So to understand why witch hunt actually makes sense as a term, you must first
look at the real witch hunts that happened. These happened at a time and place
where witchcraft was "known" to be real. Of course there weren't witches, but
everyone then thought there were, so effectively hunting for witches was a
valid thing to do.

At the time, they also didn't know lots of other things, so if a person falls
sick, or a cow dies, or a house burns down, scientific evidence based
explanations were not so easy to come by. However witches were "known" to
curse people, and a curse causes misfortune.
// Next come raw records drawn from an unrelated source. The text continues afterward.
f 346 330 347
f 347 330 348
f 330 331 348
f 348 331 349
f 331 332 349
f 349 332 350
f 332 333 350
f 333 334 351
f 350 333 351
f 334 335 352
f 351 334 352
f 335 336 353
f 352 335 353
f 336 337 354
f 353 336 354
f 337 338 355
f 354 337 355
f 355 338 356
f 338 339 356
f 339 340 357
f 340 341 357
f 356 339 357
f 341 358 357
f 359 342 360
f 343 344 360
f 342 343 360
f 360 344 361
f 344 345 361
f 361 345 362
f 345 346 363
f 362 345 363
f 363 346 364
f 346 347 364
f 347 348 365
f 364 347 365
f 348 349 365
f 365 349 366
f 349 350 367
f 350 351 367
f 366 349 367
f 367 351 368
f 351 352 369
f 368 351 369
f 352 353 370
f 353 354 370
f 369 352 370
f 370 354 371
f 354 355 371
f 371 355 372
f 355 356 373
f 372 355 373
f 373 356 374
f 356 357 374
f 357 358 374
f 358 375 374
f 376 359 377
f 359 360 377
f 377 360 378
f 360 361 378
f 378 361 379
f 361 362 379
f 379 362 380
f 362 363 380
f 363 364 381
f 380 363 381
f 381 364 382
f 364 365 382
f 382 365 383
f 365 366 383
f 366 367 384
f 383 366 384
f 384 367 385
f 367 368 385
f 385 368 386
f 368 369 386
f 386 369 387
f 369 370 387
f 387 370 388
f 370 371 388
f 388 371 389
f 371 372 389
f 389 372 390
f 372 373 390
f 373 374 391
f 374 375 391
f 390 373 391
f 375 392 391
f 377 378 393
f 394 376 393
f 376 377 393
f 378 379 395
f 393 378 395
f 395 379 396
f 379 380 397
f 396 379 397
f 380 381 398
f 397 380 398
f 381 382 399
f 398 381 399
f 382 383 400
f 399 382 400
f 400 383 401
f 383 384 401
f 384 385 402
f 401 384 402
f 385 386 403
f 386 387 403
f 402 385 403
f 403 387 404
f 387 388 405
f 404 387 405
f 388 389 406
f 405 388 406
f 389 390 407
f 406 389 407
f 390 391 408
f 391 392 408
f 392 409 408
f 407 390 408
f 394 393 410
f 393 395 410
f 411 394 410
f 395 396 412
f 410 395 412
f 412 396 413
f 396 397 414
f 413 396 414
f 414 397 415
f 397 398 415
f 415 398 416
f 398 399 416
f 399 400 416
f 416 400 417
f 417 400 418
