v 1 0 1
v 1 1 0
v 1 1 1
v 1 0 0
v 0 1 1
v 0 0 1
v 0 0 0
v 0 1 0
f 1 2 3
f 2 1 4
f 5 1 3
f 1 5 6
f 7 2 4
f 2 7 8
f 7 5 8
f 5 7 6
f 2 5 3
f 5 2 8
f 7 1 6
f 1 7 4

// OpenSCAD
color("#ff0000") cube();
color("#f00") cube();
color("#ff000080") cube();
color("#f008") cube();
color("#12345") cube();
So what would happen is a random person would decide to pay back a grudge, or
look good to his fellow citizens or whatever, and accuse some 3rd party of
witchcraft, for something like giving the evil eye, or dancing, or whatever.
This would lead to a burning, and everyone would be happy again. Most of the
time anyway. Sometimes, a series of unfortunate events would be construed as a
major witch, or a whole coven of witches. Then everyone would go crazy, true
beleivers would be terrified, ambitious social climbers would be accusing all
their enemies of witchcraft, and so on. There would be attempts by authorities
to get to the bottom of it, and many witches would be found. Mass burnings
ensued, and eventually everyone would calm down and be happy again.

So, looking back, this whole course of events is ridiculous, the root
assumption of witchcraft is just plain silly. The mass panic/hysteria over it
downright dangerous, and those taking advantage of the situation were
repugnant.

So, now, looking at the above situations, and refactoring a bit, so we can get
a more generic algorithm, we see these key components:

1\. A label that classifies someone as bad

2\. A deep underlying fear of what the bad label stands for, but the fear must
be non-specific.

3\. A set of actions and vaguely sort-of correlated events (if you squint just
right), that looks like: "bad things from #2 are happening to us!".
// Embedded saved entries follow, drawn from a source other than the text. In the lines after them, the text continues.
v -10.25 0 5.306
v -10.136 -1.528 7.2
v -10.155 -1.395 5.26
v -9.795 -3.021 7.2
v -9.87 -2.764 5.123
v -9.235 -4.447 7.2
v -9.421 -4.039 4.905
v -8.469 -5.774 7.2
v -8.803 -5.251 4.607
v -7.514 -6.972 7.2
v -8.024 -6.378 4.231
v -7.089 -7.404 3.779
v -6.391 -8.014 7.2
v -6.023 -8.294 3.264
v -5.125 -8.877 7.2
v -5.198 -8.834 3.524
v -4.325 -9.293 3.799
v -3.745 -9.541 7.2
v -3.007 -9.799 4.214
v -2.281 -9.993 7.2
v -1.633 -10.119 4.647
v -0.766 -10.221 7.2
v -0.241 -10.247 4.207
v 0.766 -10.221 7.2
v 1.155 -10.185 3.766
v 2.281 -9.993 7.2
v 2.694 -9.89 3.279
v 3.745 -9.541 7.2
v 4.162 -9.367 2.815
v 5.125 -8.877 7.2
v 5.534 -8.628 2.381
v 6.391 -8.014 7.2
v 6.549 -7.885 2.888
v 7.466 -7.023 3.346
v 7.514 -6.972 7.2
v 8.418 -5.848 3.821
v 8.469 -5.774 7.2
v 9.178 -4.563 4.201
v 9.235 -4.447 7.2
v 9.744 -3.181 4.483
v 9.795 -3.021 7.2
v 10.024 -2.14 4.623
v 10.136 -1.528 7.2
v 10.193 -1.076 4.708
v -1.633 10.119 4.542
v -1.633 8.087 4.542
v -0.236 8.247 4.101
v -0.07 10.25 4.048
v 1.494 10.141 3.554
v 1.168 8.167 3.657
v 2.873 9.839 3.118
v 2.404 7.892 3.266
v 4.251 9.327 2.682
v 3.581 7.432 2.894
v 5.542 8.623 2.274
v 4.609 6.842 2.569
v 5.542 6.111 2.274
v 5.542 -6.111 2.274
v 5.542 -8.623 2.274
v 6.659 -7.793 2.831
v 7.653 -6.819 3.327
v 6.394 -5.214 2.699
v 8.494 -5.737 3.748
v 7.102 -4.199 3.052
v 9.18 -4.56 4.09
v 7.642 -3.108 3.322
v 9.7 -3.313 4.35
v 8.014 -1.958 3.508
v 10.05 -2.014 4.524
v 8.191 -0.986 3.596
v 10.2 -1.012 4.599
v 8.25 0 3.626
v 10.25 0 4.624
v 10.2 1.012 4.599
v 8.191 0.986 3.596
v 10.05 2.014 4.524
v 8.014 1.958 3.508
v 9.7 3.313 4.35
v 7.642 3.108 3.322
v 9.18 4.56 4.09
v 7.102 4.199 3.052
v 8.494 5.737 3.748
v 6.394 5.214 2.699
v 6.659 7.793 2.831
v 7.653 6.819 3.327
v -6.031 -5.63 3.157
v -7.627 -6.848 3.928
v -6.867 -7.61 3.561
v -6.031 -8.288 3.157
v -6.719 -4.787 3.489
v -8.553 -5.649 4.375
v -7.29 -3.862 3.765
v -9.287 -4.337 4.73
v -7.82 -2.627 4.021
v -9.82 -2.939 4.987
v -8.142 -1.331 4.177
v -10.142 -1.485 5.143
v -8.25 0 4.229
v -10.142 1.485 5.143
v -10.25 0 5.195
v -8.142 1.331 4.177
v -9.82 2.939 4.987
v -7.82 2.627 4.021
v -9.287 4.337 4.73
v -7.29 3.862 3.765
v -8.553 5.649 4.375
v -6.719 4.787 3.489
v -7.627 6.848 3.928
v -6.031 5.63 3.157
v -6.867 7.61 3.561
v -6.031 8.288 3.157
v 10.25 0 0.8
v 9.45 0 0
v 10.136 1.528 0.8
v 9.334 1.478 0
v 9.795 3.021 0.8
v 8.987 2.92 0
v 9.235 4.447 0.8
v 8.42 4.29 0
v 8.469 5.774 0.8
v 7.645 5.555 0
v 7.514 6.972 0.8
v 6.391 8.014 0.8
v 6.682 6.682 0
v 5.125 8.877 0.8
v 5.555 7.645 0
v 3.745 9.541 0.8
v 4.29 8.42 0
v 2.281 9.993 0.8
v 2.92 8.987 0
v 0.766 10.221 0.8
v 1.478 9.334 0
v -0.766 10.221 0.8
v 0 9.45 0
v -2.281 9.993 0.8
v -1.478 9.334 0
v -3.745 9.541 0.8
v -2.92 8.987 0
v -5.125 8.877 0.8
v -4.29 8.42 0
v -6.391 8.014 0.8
4\. A set of people willing to manipulate the many for their own gain.

If those conditions are met, you have a prime candidate for a "witch hunt"
(keeping the name because it describes the original stuff well, and everyone
knows what happened in those cases). Just start sending authorities after
anyone labeled as the bad thing.

There are of course some variations, and deeper nuances, but that is the gist
of it.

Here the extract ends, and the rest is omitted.